#### Task instructions
From the records below, set down exactly the lines starting with the line that contains "#20=LINE('',#17,#19);" and going on through the line that contains "#47=ADVANCED_FACE('',(#42),#46,.F.);". Nothing else is wanted.

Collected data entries
▽

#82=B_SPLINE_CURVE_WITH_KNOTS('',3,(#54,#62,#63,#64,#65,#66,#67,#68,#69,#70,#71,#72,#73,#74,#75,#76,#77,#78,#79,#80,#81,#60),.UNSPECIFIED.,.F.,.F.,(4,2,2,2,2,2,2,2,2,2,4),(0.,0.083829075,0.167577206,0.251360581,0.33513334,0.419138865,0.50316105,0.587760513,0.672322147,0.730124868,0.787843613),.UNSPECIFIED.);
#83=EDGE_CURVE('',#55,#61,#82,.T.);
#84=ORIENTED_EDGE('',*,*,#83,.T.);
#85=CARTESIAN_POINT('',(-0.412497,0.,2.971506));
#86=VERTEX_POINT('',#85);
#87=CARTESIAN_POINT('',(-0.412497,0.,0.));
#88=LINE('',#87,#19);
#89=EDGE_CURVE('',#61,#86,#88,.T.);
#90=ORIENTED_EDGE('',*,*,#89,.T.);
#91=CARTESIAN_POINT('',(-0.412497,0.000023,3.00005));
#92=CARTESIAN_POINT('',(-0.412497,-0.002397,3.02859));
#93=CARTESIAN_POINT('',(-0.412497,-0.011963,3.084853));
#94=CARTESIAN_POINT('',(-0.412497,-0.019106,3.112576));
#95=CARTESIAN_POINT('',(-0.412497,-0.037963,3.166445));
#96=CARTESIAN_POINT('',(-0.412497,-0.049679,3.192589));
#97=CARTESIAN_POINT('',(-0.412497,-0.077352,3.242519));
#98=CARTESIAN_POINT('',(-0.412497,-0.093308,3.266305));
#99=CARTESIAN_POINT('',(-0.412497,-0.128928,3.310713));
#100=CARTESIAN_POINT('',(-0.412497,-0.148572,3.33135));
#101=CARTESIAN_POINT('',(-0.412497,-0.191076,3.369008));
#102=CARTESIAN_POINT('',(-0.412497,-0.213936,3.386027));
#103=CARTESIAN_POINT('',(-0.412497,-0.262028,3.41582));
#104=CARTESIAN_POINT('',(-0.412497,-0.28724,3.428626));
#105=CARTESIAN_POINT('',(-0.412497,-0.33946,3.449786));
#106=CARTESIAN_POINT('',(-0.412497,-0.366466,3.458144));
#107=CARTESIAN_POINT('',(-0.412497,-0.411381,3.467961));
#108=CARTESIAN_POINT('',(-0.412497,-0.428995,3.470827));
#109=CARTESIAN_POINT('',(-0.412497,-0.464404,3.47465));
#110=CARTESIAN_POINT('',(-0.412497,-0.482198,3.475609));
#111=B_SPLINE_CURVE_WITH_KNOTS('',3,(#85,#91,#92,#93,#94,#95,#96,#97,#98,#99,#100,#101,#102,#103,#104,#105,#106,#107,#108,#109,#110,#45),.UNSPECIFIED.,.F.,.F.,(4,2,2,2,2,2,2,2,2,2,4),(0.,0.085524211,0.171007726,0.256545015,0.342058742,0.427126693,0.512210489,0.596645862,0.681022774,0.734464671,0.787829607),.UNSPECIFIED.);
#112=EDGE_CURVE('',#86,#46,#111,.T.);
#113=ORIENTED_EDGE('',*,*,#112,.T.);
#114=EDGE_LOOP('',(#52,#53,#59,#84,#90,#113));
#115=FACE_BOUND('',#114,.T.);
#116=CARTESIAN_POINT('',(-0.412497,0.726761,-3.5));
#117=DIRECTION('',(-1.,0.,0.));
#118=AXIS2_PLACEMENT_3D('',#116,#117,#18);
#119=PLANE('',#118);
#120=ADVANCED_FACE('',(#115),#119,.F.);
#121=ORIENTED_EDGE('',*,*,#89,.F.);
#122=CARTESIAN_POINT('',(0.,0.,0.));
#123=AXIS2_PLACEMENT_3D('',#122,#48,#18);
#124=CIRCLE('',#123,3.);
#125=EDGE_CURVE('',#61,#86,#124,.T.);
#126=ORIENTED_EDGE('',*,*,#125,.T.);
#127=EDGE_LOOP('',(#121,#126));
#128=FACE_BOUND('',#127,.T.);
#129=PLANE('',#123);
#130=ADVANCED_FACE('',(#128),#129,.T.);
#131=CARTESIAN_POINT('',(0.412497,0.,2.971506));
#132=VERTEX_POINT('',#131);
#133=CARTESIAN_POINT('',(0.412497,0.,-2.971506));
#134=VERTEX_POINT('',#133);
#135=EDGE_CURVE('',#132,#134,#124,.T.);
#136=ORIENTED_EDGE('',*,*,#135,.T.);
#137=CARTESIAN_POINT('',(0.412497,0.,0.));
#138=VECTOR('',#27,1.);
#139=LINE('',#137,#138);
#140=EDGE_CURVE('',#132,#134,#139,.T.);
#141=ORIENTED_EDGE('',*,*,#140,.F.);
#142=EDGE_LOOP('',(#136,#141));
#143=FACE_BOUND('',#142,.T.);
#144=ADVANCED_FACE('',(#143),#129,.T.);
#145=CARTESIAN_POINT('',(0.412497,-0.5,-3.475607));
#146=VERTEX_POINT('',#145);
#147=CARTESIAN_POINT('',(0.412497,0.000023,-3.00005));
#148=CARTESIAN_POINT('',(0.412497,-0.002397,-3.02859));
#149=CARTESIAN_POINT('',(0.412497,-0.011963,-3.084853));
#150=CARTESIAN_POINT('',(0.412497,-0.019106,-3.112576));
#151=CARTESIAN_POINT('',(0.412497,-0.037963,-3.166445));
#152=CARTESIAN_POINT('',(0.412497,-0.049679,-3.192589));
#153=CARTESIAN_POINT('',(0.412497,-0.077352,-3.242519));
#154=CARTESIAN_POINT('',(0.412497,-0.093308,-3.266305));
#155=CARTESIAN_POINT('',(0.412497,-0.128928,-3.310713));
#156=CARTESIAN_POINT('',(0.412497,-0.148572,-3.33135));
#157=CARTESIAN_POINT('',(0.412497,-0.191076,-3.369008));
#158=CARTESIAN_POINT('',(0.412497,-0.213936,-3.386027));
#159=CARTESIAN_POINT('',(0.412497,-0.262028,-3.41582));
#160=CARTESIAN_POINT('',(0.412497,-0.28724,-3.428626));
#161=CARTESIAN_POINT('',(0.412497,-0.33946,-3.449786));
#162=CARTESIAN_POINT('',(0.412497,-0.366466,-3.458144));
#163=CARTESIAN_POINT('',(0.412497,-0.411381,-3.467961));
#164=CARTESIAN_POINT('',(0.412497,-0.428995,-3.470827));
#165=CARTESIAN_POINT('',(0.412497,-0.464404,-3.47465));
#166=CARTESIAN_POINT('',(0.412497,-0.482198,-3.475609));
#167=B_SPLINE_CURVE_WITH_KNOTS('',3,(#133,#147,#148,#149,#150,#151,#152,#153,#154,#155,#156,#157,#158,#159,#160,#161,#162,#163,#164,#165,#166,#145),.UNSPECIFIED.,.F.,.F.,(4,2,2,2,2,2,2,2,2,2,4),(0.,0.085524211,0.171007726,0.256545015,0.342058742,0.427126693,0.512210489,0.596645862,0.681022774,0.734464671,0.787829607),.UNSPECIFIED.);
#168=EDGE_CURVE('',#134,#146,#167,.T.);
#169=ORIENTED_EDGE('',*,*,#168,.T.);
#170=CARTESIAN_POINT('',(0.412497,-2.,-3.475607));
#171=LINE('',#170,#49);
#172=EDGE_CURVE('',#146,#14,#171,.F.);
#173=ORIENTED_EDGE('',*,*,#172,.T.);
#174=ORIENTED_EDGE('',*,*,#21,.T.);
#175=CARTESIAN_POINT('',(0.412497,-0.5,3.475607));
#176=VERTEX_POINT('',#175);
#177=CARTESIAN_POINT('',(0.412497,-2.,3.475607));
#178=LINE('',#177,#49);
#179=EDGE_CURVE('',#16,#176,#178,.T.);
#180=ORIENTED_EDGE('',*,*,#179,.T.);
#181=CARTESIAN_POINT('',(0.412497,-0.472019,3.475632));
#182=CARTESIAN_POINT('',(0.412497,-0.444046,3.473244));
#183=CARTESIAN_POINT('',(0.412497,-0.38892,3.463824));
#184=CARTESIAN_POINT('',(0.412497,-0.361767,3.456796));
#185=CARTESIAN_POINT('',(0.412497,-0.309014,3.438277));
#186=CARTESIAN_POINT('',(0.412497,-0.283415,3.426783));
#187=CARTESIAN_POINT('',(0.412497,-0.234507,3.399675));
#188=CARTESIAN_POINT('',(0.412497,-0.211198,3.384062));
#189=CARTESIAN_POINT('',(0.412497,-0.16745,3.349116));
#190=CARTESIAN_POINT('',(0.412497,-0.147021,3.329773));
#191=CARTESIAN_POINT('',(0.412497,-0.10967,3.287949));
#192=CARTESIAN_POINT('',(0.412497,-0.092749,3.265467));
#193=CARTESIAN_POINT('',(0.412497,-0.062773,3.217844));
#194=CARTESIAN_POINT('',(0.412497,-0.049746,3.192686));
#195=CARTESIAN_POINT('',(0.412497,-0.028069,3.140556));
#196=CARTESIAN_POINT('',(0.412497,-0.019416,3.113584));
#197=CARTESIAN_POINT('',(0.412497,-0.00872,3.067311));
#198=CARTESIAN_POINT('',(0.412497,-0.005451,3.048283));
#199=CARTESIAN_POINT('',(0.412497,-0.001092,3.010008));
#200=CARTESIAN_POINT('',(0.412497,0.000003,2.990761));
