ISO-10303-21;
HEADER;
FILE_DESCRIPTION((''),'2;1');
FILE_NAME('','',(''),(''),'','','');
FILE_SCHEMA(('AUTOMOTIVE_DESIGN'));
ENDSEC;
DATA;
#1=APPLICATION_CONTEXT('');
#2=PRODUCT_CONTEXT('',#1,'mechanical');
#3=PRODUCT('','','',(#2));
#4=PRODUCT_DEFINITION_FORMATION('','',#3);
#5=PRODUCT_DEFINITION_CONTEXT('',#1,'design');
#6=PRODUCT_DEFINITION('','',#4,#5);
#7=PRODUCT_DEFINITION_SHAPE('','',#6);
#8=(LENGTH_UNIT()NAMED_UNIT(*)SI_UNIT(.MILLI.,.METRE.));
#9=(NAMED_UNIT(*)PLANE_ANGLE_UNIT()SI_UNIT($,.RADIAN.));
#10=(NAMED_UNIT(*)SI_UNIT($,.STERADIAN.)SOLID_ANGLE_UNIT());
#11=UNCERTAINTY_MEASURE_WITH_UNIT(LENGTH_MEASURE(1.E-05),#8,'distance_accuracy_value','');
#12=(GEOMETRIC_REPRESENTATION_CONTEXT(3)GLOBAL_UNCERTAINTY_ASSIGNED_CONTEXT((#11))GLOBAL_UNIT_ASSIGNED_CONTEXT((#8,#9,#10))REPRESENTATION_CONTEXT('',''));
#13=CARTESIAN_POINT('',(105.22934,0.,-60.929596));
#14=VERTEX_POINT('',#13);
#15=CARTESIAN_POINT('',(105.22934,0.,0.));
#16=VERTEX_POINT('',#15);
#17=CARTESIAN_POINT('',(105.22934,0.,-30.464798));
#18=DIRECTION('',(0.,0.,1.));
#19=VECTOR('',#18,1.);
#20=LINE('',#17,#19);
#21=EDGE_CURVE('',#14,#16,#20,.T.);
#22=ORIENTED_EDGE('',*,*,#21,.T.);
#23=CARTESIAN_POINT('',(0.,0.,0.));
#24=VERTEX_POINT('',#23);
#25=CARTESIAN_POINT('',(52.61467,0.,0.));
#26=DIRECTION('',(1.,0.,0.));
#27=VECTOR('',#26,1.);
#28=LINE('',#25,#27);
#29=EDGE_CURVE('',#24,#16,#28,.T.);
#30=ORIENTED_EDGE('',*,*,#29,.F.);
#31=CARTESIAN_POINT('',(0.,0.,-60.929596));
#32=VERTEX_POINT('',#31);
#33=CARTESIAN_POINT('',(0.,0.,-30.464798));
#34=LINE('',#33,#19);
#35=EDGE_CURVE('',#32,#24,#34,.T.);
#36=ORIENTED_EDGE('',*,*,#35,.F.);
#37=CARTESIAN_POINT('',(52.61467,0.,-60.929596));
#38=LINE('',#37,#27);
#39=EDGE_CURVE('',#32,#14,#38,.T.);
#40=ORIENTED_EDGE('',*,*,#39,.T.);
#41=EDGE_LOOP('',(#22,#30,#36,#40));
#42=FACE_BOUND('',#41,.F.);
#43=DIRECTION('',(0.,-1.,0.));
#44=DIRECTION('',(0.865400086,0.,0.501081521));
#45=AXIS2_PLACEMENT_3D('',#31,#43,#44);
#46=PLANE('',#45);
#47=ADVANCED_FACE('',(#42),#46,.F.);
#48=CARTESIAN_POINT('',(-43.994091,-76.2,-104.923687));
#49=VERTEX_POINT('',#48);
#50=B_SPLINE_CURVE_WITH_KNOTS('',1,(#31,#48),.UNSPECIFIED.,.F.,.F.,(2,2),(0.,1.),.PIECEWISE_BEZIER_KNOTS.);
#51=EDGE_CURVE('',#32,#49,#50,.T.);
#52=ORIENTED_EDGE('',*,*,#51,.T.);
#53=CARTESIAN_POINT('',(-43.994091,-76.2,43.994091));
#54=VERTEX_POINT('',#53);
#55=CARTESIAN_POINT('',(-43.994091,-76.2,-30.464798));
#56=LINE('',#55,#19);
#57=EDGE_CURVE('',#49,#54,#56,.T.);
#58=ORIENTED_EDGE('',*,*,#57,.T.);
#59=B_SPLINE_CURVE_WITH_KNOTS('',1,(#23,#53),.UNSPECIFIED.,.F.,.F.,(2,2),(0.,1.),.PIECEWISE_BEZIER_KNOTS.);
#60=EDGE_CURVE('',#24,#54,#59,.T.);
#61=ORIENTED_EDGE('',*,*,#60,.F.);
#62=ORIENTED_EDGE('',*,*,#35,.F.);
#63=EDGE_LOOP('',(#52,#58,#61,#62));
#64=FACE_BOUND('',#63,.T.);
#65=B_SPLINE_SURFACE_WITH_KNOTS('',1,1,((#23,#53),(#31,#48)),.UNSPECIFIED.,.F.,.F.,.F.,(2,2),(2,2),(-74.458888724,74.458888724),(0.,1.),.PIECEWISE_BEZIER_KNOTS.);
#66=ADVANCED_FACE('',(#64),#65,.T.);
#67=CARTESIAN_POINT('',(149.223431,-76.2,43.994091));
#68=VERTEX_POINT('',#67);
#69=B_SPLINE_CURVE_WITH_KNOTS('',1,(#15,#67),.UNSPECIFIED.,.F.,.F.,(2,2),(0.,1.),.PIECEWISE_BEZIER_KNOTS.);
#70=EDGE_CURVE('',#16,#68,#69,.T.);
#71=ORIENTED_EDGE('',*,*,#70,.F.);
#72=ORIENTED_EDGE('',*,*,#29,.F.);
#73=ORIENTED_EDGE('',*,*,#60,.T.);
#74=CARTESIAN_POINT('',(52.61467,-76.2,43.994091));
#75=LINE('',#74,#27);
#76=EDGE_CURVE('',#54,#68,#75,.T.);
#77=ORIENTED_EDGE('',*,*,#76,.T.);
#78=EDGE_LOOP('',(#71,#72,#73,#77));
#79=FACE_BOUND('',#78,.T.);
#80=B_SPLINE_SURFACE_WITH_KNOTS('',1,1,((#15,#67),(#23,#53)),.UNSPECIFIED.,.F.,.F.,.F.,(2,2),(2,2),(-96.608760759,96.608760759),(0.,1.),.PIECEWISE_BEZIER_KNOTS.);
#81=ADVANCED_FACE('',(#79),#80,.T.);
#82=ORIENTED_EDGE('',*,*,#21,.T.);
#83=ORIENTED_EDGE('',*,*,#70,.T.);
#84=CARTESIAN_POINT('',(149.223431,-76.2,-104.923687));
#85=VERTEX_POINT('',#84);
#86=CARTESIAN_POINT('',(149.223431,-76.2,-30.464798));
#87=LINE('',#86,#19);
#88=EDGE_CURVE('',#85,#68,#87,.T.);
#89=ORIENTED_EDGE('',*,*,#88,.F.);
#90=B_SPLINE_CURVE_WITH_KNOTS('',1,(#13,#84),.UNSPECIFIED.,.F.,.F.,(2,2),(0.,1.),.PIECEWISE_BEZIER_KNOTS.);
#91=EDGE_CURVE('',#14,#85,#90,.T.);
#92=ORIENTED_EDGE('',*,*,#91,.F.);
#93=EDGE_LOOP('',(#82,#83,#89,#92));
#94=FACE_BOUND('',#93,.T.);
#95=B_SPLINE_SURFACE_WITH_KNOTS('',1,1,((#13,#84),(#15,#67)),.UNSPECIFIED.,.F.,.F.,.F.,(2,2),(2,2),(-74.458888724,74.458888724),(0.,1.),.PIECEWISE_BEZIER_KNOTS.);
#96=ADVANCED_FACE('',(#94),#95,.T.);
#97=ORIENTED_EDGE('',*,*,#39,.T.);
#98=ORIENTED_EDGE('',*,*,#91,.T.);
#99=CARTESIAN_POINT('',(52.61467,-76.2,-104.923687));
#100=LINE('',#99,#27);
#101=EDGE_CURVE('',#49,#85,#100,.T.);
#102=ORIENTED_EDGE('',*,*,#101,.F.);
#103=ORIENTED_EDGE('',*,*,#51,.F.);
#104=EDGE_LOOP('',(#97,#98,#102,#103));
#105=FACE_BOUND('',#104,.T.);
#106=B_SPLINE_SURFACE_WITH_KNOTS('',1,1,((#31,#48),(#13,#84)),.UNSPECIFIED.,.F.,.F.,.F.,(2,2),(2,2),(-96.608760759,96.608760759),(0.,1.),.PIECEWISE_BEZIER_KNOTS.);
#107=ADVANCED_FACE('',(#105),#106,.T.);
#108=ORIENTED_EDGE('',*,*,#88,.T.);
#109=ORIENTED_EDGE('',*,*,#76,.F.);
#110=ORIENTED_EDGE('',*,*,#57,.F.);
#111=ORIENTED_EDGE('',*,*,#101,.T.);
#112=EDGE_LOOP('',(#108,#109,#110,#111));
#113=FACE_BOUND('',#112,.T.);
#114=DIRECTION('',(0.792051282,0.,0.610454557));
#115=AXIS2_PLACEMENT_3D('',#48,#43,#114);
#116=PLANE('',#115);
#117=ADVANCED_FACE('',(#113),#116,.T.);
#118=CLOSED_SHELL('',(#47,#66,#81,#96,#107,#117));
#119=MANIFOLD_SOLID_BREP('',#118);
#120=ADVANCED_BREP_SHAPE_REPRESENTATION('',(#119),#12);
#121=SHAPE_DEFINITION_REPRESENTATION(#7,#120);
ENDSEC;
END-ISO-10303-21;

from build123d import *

# Parameters (mm, degrees)
F0_W     = 105.2293404937
F0_H     = 60.9295964241
F1_DEPTH = 76.2
F1_TAPER = -30


with BuildPart() as f1:
    # F0 (on Front) → F1 (new body)
    with BuildSketch(Plane.XZ):
        with Locations((52.6146702468, -30.4647982121)):
            Rectangle(F0_W, F0_H)
    extrude(amount=F1_DEPTH, taper=F1_TAPER)


solid = f1.part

△

#### Task result
#20=LINE('',#17,#19);
#21=EDGE_CURVE('',#14,#16,#20,.T.);
#22=ORIENTED_EDGE('',*,*,#21,.T.);
#23=CARTESIAN_POINT('',(0.,0.,0.));
#24=VERTEX_POINT('',#23);
#25=CARTESIAN_POINT('',(52.61467,0.,0.));
#26=DIRECTION('',(1.,0.,0.));
#27=VECTOR('',#26,1.);
#28=LINE('',#25,#27);
#29=EDGE_CURVE('',#24,#16,#28,.T.);
#30=ORIENTED_EDGE('',*,*,#29,.F.);
#31=CARTESIAN_POINT('',(0.,0.,-60.929596));
#32=VERTEX_POINT('',#31);
#33=CARTESIAN_POINT('',(0.,0.,-30.464798));
#34=LINE('',#33,#19);
#35=EDGE_CURVE('',#32,#24,#34,.T.);
#36=ORIENTED_EDGE('',*,*,#35,.F.);
#37=CARTESIAN_POINT('',(52.61467,0.,-60.929596));
#38=LINE('',#37,#27);
#39=EDGE_CURVE('',#32,#14,#38,.T.);
#40=ORIENTED_EDGE('',*,*,#39,.T.);
#41=EDGE_LOOP('',(#22,#30,#36,#40));
#42=FACE_BOUND('',#41,.F.);
#43=DIRECTION('',(0.,-1.,0.));
#44=DIRECTION('',(0.865400086,0.,0.501081521));
#45=AXIS2_PLACEMENT_3D('',#31,#43,#44);
#46=PLANE('',#45);
#47=ADVANCED_FACE('',(#42),#46,.F.);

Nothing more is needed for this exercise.